Is this the best way to solve the issue? Yes for the code shape: normalizing at the inline attachment boundary is the narrow shared fix before Anthropic and OpenAI mapping; the remaining blocker is real runtime proof, not a different implementation direction.

AGENTS.md: found and applied where relevant.

Codex review notes: reasoning high; reviewed against a17487bc9f69.

Label changes

Label justifications:

  • P1: The PR addresses a broken image-follow-up agent workflow that can make long-lived channel sessions go silent after provider rejection.
  • rating: 🦪 silver shellfish: Overall readiness is 🦪 silver shellfish; proof is 🦪 silver shellfish and patch quality is 🐚 platinum hermit.
  • status: 📣 needs proof: The PR needs real behavior proof before ClawSweeper can clear the contributor ask.
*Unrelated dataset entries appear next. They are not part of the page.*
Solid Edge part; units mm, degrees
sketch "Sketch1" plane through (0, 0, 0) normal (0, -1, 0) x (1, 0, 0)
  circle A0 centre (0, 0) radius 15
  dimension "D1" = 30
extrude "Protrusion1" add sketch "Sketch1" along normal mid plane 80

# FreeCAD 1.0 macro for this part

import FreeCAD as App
import Part
import Sketcher

V = App.Vector
Q = App.Units.Quantity

doc = App.newDocument("Part")
params = doc.addObject("Spreadsheet::Sheet", "Params")
for row, (alias, value) in enumerate([
    ("sketch1_diameter", "30 mm"),
    ("pad1_length", "80 mm"),
], start=1):
    params.set(f"A{row}", alias)
    params.set(f"B{row}", "=" + value)
    params.setAlias(f"B{row}", alias)

body = doc.addObject("PartDesign::Body", "Body")

sketch1 = doc.addObject("Sketcher::SketchObject", "Sketch")
body.addObject(sketch1)
sketch1.AttachmentSupport = (doc.XZ_Plane, [""])
sketch1.MapMode = "FlatFace"
sketch1.addGeometry(Part.Circle(V(0, 0, 0), V(0, 0, 1), 15), False)
sketch1.addConstraint([
    Sketcher.Constraint("Coincident", 0, 3, -1, 1),
    Sketcher.Constraint("Diameter", 0, Q("30 mm")),
])
sketch1.setExpression("Constraints[1]", "Params.sketch1_diameter")
pad1 = doc.addObject("PartDesign::Pad", "Pad")
body.addObject(pad1)
pad1.Profile = sketch1
pad1.setExpression("Length", "Params.pad1_length")
pad1.Midplane = True

doc.recompute()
Needs real behavior proof before merge: Only focused before/after Vitest terminal output is supplied; please add redacted real channel/provider runtime output, recording, screenshot with diagnostics, or logs showing the fixed turn succeeds, then update the PR body to trigger re-review or ask for @clawsweeper re-review.
Evidence reviewed

PR surface:

Source +24, Tests +61. Total +85 across 2 files.

View PR surface stats
Area Files Added Removed Net
Source 1 27 3 +24
Tests 1 61 0 +61
Docs 0 0 0 0
Config 0 0 0 0
Generated 0 0 0 0
Other 0 0 0 0
Total 2 88 3 +85

What I checked:

  • Repository policy read: Read the full root AGENTS.md; its ClawSweeper PR policy and real-behavior-proof requirement affected this review. (AGENTS.md:1, a17487bc9f69)
  • Current main inline passthrough: Current main maps inline images with data: image.data and only filters image media type and non-empty data, so malformed inline data can reach provider mappers unchanged. (src/auto-reply/reply/agent-turn-attachments.ts:162, a17487bc9f69)
  • Provider base64 contract: The shared image content contract says image data is base64 encoded, and Anthropic/OpenAI mapper code directly embeds that field into provider base64 image payloads. (src/llm/types.ts:218, a17487bc9f69)
  • Provider passthrough surfaces: Anthropic builds source: { type: "base64", ... data: block.data }, and OpenAI Responses builds data:${item.mimeType};base64,${item.data} from the same image data field. (src/agents/anthropic-transport-stream.ts:283, a17487bc9f69)
  • PR patch shape: The PR imports canonicalizeBase64, adds ensureAsciiBase64, filters before mapping, and re-encodes non-canonical image data from latin1 bytes; tests cover the raw latin1 regression and existing filtering behavior. (src/auto-reply/reply/agent-turn-attachments.ts:160, 04f38d39e68b)
  • Linked bug report: The linked issue reports provider rejection for non-ASCII image.source.base64 after replayed/history image data reaches the provider as raw latin1/binary text.

Likely related people:

  • steipete: Path history ties the recent inbound history image feature to commit 8859e89, and recent Anthropic/provider work also appears under this handle. (role: feature owner and recent area contributor; confidence: high; commits: 8859e89e075e, 1188aa3b81ef; files: src/auto-reply/reply/agent-turn-attachments.ts, src/agents/anthropic-transport-stream.ts)
  • joshavant: Recent path history shows commit 491ce8b touching image attachment handling for Telegram/Ollama image delivery near the same attachment pipeline. (role: recent image attachment contributor; confidence: medium; commits: 491ce8b7535b; files: src/auto-reply/reply/agent-turn-attachments.ts, src/agents/pi-embedded-runner/run/images.ts)
What the crustacean ranks mean
  • 🦀 challenger crab: rare, exceptional readiness with strong proof, clean implementation, and convincing validation.
  • 🦞 diamond lobster: very strong readiness with only minor maintainer review expected.
  • 🐚 platinum hermit: good normal PR, likely mergeable with ordinary maintainer review.
  • 🦐 gold shrimp: useful signal, but proof or patch confidence is still limited.
  • 🦪 silver shellfish: thin signal; proof, validation, or implementation needs work.
  • 🧂 unranked krab: not merge-ready because proof is missing/unusable or there are serious correctness or safety concerns.
  • 🌊 off-meta tidepool: rating does not apply to this item.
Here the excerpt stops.